Work to complete
Which lines run from the line with "f 135 133 184" through the line with "f 155 154 196" in the entries below? Print them exactly, both ends included, and nothing more.

Records for this exercise
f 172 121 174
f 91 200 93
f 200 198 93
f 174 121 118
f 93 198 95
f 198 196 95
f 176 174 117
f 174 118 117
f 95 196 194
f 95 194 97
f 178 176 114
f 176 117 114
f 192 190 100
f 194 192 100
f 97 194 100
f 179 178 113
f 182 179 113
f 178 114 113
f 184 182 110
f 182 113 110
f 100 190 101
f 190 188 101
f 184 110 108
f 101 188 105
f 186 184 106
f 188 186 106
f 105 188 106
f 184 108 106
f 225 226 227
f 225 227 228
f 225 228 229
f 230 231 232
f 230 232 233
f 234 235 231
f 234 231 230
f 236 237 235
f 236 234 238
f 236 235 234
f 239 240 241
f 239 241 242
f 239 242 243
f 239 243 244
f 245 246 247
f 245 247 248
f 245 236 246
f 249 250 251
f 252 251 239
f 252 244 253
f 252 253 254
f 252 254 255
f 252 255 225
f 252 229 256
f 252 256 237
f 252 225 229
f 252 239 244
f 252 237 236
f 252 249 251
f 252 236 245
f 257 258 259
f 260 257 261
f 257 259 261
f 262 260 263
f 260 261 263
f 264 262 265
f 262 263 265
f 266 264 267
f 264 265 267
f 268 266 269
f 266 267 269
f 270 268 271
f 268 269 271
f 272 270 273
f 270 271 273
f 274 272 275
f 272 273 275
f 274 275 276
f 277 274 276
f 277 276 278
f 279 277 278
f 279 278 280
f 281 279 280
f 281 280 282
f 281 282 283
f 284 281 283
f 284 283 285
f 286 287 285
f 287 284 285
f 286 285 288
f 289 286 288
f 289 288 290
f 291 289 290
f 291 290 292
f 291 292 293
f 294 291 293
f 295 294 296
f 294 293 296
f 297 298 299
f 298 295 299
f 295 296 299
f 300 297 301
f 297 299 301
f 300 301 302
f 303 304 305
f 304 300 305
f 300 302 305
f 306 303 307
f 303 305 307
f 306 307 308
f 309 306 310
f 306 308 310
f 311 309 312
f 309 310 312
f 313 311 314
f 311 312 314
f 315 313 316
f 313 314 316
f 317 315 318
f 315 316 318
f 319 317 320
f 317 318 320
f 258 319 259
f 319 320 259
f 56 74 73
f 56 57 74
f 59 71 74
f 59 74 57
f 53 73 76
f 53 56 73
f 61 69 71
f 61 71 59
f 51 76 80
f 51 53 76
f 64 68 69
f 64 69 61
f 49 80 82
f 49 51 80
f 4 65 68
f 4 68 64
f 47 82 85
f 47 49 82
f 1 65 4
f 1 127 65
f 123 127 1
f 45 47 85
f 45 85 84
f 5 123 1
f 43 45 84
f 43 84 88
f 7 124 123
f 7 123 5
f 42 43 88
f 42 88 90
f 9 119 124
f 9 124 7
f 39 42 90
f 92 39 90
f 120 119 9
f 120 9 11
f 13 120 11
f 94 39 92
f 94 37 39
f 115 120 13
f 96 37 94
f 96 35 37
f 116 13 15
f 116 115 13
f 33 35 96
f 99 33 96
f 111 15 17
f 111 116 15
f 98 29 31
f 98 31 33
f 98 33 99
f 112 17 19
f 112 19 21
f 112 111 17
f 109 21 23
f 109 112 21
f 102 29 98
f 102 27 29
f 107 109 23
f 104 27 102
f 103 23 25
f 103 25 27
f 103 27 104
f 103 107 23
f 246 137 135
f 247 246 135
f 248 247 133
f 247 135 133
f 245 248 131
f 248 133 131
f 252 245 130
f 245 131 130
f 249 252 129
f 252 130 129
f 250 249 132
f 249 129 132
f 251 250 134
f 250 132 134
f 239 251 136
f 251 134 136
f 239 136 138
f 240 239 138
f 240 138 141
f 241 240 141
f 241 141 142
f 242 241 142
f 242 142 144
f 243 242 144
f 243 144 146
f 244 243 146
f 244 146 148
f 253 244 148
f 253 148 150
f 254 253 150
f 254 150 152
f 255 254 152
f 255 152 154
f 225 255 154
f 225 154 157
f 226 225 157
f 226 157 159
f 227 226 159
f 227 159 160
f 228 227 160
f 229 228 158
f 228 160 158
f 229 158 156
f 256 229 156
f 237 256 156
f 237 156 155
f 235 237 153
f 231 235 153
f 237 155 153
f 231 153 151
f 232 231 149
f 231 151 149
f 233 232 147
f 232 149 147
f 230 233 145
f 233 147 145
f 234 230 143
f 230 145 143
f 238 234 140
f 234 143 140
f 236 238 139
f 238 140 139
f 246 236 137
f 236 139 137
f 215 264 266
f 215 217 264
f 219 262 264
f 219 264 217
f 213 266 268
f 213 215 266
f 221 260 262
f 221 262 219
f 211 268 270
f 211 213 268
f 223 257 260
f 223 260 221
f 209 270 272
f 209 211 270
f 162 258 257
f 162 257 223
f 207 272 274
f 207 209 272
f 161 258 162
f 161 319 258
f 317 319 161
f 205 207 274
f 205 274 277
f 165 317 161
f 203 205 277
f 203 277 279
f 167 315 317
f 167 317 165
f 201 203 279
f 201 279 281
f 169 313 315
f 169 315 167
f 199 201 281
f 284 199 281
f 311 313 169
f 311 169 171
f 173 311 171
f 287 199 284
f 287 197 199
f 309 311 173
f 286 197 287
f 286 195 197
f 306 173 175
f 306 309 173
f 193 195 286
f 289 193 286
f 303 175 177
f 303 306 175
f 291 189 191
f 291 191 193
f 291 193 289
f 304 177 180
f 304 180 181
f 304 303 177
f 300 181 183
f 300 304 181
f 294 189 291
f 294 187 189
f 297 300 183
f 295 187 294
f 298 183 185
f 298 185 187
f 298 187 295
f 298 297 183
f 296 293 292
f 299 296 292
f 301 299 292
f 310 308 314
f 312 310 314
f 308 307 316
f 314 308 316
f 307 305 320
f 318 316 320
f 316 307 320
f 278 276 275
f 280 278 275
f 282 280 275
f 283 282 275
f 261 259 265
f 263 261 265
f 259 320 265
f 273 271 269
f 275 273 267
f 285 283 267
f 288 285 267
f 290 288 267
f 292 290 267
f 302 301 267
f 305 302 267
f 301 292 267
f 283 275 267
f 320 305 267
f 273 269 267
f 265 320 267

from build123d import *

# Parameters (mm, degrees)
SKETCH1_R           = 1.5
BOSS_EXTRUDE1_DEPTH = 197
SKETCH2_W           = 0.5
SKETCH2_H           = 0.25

==

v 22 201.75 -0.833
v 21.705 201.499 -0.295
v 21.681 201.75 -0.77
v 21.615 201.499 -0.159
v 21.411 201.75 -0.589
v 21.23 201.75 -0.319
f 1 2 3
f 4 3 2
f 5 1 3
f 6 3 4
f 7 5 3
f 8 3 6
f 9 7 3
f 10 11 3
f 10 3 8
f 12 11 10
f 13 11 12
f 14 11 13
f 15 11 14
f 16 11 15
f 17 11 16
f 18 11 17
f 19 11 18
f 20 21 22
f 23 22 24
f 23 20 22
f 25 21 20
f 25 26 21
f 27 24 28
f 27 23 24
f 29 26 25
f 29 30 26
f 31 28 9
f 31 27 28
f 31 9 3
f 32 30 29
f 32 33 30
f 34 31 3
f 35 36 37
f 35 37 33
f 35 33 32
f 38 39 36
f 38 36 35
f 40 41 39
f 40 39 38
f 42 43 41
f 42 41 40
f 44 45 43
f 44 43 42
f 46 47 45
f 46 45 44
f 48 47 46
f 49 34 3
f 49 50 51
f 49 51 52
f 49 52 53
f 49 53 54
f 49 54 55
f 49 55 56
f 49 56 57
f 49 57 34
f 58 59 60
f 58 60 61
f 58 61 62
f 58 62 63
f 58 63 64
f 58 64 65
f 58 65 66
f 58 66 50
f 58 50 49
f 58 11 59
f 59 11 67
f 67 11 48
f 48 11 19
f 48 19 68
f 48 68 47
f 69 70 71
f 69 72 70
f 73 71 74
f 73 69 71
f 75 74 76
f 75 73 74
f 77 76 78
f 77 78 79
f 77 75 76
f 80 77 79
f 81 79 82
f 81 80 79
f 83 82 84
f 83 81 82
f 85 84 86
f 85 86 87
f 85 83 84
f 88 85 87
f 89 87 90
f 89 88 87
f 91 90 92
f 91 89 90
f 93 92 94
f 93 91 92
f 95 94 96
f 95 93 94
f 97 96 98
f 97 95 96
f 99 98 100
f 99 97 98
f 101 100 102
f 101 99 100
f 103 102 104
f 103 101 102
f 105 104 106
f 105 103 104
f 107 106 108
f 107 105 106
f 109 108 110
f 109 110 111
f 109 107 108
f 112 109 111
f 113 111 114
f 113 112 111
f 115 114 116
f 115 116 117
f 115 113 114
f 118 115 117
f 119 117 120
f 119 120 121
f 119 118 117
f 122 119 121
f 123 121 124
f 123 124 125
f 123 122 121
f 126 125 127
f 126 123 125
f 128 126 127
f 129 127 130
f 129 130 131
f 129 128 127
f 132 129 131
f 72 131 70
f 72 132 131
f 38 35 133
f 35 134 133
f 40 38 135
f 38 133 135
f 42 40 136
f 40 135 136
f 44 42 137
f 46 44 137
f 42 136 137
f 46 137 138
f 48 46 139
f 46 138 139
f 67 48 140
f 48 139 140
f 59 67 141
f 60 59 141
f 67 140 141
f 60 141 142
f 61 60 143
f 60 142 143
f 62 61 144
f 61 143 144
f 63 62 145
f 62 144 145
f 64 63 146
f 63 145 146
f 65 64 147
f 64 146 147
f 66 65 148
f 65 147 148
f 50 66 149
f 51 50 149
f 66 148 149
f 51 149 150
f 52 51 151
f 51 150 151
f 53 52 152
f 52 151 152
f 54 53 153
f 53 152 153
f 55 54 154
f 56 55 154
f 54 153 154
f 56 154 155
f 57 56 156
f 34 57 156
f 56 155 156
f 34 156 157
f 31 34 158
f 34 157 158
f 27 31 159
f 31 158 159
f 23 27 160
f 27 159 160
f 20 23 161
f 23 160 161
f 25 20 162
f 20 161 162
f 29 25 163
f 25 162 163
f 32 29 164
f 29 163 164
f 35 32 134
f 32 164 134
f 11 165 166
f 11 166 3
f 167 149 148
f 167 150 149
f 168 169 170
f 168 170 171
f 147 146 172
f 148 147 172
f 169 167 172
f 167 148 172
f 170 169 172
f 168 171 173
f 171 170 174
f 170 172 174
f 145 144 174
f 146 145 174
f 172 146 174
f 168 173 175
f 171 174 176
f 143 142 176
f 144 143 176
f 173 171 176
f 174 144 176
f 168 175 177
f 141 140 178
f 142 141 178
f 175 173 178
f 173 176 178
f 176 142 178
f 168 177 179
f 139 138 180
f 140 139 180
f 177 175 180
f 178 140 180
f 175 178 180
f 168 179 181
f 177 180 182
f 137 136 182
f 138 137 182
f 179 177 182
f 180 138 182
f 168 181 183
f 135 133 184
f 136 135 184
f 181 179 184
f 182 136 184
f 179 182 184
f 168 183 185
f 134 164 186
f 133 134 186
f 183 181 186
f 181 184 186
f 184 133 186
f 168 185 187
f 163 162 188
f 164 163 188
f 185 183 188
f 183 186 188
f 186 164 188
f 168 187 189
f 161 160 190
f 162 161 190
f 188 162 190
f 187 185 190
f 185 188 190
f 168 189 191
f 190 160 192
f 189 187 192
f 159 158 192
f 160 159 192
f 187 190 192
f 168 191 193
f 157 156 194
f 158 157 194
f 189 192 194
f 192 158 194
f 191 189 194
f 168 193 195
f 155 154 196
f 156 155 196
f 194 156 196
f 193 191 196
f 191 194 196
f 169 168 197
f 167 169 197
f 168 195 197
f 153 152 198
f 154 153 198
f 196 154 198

Task answer
f 135 133 184
f 136 135 184
f 181 179 184
f 182 136 184
f 179 182 184
f 168 183 185
f 134 164 186
f 133 134 186
f 183 181 186
f 181 184 186
f 184 133 186
f 168 185 187
f 163 162 188
f 164 163 188
f 185 183 188
f 183 186 188
f 186 164 188
f 168 187 189
f 161 160 190
f 162 161 190
f 188 162 190
f 187 185 190
f 185 188 190
f 168 189 191
f 190 160 192
f 189 187 192
f 159 158 192
f 160 159 192
f 187 190 192
f 168 191 193
f 157 156 194
f 158 157 194
f 189 192 194
f 192 158 194
f 191 189 194
f 168 193 195
f 155 154 196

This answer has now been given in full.